When you reach the line in the listing below that contains "v -6.514 178.302 9.647", begin returning lines exactly as written, and stop after the line that contains "v -3.141 143.913 14.75". Return no other lines.

* PROVIDED RECORDS:
= = = = = = =

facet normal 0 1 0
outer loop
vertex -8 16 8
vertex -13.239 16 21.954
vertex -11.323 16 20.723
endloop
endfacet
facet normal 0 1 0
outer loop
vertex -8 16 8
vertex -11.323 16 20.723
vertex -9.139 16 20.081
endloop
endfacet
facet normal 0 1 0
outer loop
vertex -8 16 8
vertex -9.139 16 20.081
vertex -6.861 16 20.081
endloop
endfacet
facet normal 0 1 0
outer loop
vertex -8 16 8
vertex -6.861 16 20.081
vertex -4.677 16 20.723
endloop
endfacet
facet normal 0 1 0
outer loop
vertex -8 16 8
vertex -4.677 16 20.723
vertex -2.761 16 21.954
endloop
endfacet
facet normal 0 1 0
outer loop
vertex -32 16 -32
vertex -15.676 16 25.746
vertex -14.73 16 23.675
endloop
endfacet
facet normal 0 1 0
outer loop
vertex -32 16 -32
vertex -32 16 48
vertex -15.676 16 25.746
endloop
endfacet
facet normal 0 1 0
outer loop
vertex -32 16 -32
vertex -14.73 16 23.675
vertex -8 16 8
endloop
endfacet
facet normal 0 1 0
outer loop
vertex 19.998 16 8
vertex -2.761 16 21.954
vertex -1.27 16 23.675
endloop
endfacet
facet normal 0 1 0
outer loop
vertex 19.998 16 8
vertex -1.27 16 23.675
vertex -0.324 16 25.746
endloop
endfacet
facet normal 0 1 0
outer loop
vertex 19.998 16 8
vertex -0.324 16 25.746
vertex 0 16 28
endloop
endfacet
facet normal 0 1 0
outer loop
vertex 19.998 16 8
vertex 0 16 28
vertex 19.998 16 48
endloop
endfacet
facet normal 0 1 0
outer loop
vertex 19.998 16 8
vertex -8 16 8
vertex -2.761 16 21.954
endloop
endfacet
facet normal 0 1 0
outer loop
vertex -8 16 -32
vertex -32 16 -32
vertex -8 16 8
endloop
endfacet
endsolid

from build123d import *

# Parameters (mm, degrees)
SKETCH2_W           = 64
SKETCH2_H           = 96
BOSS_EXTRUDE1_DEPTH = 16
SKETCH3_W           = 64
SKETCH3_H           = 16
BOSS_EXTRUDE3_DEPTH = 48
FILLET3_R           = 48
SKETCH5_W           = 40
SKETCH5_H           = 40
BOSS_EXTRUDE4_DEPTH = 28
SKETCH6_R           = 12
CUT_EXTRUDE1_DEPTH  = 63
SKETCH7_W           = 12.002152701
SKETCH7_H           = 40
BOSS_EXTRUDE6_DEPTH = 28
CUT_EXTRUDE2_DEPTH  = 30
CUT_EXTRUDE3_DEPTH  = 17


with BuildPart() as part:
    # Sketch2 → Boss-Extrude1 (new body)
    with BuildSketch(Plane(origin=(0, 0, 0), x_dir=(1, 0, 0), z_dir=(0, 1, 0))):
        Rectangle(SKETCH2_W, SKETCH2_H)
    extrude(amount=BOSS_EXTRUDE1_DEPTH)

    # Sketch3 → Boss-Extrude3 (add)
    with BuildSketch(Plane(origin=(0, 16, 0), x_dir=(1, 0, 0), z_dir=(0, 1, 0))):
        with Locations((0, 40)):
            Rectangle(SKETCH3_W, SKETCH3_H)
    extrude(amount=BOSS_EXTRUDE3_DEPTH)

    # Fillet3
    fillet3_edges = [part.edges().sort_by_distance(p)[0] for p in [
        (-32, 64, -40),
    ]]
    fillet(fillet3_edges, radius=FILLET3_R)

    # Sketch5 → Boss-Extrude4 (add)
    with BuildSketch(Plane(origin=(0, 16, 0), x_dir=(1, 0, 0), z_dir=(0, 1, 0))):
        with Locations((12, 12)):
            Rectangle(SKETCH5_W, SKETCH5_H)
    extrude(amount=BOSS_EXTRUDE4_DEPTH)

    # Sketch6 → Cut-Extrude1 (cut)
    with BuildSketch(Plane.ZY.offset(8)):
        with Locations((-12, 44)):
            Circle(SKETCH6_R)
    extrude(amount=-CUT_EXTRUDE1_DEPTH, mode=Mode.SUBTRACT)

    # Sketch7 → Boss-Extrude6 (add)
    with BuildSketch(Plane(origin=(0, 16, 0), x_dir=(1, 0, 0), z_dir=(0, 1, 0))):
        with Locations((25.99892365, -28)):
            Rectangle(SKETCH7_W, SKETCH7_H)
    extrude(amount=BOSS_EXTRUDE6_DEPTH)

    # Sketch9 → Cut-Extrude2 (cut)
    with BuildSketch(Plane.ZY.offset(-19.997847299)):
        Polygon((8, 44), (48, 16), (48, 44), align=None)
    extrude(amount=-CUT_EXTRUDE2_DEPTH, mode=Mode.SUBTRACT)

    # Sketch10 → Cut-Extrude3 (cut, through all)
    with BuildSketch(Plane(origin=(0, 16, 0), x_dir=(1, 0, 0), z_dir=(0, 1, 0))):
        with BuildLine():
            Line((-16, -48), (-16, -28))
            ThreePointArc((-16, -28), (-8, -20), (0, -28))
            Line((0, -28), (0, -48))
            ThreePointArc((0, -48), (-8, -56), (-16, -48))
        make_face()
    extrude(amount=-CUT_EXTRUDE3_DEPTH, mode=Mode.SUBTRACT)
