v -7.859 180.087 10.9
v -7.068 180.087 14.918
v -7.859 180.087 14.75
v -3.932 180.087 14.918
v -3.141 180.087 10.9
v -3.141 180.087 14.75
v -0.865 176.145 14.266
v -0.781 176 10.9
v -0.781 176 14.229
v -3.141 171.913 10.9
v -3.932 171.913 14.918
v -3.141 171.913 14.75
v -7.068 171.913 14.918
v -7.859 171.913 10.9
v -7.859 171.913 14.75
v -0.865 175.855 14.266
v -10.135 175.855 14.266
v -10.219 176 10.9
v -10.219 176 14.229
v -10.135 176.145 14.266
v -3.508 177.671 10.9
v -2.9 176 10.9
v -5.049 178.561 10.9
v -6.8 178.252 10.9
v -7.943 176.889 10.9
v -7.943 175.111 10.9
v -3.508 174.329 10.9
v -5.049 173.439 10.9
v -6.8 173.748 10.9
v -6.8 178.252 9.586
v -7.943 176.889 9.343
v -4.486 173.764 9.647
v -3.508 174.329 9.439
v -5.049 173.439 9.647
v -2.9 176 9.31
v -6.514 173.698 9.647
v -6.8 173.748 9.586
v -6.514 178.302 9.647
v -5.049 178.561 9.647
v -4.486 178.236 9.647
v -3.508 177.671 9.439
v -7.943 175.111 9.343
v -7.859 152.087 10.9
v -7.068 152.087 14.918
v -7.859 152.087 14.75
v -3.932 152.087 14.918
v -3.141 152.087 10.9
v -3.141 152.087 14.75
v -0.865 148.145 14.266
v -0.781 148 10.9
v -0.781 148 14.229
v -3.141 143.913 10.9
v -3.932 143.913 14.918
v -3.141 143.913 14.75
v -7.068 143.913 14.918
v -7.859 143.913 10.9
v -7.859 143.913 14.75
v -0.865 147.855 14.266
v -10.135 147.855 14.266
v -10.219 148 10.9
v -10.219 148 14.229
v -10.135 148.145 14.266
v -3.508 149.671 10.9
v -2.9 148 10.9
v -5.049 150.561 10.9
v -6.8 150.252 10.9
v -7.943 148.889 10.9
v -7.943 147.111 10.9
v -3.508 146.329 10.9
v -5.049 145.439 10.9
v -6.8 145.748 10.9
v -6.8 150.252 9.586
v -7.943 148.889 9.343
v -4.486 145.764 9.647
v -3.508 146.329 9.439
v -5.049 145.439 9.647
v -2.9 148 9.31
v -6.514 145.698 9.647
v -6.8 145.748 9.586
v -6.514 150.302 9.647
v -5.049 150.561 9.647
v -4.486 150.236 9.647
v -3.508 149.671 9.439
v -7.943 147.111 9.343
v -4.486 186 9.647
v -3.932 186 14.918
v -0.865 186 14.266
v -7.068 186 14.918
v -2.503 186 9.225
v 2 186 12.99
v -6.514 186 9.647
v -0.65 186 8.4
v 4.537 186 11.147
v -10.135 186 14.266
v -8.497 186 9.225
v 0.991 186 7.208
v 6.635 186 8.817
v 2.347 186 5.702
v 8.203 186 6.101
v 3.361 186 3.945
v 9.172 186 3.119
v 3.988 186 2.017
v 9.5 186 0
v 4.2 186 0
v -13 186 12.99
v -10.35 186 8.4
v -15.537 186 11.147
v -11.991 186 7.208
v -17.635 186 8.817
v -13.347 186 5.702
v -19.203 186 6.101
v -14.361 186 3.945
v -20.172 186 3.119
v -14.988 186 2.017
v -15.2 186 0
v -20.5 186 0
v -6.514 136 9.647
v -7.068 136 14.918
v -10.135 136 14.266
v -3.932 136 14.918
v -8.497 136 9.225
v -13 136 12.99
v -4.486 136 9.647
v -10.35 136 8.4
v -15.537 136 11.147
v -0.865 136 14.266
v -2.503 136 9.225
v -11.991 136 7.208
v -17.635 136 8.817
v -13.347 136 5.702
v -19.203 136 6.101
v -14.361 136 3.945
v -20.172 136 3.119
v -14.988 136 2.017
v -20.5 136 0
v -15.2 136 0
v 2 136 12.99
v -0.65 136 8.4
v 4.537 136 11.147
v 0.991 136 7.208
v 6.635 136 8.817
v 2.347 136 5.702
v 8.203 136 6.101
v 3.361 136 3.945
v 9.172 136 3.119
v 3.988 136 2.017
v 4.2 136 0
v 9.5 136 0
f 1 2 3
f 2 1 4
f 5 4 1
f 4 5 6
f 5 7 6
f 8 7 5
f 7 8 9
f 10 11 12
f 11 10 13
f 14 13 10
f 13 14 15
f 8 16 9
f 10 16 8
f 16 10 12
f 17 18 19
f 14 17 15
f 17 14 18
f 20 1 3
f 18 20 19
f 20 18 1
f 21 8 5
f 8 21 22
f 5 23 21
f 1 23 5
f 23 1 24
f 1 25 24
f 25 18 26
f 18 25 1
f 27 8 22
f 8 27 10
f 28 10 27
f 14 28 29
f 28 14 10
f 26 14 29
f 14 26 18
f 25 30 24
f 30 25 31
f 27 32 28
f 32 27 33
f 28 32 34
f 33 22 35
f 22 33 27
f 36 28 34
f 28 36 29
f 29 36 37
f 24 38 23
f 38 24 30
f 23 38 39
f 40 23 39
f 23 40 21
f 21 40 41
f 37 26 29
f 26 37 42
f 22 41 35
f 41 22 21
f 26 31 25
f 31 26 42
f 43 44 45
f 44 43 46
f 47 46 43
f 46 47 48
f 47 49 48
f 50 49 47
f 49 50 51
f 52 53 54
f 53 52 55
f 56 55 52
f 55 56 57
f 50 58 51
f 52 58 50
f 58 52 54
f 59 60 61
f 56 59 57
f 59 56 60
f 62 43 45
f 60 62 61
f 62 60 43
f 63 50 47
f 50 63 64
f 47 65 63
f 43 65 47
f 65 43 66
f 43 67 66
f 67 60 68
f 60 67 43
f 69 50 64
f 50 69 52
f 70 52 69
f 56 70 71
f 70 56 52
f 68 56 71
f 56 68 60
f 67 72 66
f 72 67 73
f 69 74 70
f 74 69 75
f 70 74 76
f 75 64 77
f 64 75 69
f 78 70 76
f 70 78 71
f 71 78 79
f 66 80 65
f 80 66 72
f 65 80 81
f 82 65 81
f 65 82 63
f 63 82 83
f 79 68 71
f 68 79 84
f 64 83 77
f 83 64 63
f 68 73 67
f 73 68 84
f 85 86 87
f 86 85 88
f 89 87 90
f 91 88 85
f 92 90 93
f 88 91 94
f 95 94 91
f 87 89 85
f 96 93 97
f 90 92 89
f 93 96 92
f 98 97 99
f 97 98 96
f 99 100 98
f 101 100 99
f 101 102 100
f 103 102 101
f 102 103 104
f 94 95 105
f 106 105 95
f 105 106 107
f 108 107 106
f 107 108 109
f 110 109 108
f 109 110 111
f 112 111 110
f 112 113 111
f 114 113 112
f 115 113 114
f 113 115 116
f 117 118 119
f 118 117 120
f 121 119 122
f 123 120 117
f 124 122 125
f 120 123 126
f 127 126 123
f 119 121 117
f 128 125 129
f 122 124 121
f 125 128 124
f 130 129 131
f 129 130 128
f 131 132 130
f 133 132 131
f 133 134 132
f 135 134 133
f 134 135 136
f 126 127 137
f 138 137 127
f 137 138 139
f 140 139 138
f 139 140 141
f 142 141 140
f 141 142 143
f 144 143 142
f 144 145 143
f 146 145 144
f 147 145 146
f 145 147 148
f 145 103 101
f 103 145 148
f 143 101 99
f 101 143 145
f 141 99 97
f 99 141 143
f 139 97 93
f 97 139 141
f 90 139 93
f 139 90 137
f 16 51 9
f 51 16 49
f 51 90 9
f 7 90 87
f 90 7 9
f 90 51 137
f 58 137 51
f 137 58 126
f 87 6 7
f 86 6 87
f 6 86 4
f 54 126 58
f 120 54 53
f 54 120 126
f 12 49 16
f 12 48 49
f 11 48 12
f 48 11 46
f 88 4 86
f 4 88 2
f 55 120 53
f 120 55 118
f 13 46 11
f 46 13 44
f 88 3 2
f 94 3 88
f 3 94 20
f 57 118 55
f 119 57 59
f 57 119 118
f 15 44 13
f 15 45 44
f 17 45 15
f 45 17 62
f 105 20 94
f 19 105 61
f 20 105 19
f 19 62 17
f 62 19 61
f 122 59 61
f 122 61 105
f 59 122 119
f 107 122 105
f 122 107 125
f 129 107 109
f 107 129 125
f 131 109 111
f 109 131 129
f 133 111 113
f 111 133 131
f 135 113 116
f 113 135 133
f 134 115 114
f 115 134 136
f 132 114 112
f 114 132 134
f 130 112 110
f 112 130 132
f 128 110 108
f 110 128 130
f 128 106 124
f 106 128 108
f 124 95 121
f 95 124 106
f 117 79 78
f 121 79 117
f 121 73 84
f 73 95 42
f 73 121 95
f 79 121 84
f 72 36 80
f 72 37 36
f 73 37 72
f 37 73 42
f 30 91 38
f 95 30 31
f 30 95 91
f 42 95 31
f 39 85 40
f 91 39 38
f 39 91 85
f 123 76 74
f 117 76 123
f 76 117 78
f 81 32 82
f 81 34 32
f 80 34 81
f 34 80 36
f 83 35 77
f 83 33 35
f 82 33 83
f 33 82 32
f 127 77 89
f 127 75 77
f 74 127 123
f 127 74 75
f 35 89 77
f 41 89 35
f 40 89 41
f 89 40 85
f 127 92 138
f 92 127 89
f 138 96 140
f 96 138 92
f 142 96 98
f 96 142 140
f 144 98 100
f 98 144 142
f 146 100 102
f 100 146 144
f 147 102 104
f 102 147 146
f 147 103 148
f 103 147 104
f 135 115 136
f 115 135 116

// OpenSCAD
poleInnerDiameter = 17;//17.2;
poleOuterDiameter = 19.4; //19.2;

attachmentWallThickness = 5.25;
height = 50;

outerDiameter = 30;

echo("Screw length:", outerDiameter);

frontAdditions();
//backAdditions();

module frontAdditions(rotation=0) {
    translate([-5.5, 136 + height])
    intersection() {
        rotate([90, 0, 0])
            rotate(rotation) attachment();

        cylinder(d=1000, h=1000, $fn=4);
    }
}

module frontCutouts() {
    extra = 75;
    translate([-5.5, 136 + height/2])
        rotate([90, 0, 0])
        cylinder(d=poleInnerDiameter-2, h=height + extra);
}

module backAdditions() {
    frontAdditions(180);
}

module backCutouts() {
    frontCutouts();
}

module attachment() {
    difference() {
        linear_extrude(height, convexity=2) difference() {
            // Outer wall
            circle(d=outerDiameter);

            // Wire hole
            circle(d=poleOuterDiameter);
        }


        // Screw and nut
        for(z=[10, height - 12])
            translate([0, outerDiameter/2, z])
            rotate([90, 0])
            m5ScrewAndNut(length=outerDiameter);
    }
}

module m6ScrewAndNut(length=20, tolerance=.1) {
    // https://www.mcmaster.com/90236a161/
    screwDiameter = 6 ;
    headDiameter = 11.3;
    headHeight = 3.3;

    // Nut from https://www.mcmaster.com/91415A210/
    nutHeight = 5;
    nutFlatWidth = 10;
    nutDiameter = nutFlatWidth / cos(30); // Convert flat-to-flat to circumscribed diameter

    cylinder(d=nutDiameter + tolerance*2, h=nutHeight+tolerance, $fn=6);
    cylinder(d=screwDiameter + tolerance*2, h=length);
    translate([0, 0, length - headHeight - tolerance])
        cylinder(d1=screwDiameter + tolerance*2, d2=headDiameter + tolerance*2, h=headHeight+tolerance*2);
}

module m5ScrewAndNut(length=20, tolerance=.1) {
    // https://www.mcmaster.com/92125A216/
    screwDiameter = 5 ;
    headDiameter = 10;
    headHeight = 2.8;

    // Nut from https://www.mcmaster.com/91828A241/
    nutHeight = 4;
    nutFlatWidth = 8;
    nutDiameter = nutFlatWidth / cos(30); // Convert flat-to-flat to circumscribed diameter

    cylinder(d=nutDiameter + tolerance*2, h=nutHeight+tolerance, $fn=6);
    cylinder(d=screwDiameter + tolerance*2, h=length);
    translate([0, 0, length - headHeight - tolerance])
        cylinder(d1=screwDiameter + tolerance*2, d2=headDiameter + tolerance*2, h=headHeight+tolerance*2);
}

= = = = = = =

* SOLUTION TO THIS EXERCISE:
v -6.514 178.302 9.647
v -5.049 178.561 9.647
v -4.486 178.236 9.647
v -3.508 177.671 9.439
v -7.943 175.111 9.343
v -7.859 152.087 10.9
v -7.068 152.087 14.918
v -7.859 152.087 14.75
v -3.932 152.087 14.918
v -3.141 152.087 10.9
v -3.141 152.087 14.75
v -0.865 148.145 14.266
v -0.781 148 10.9
v -0.781 148 14.229
v -3.141 143.913 10.9
v -3.932 143.913 14.918
v -3.141 143.913 14.75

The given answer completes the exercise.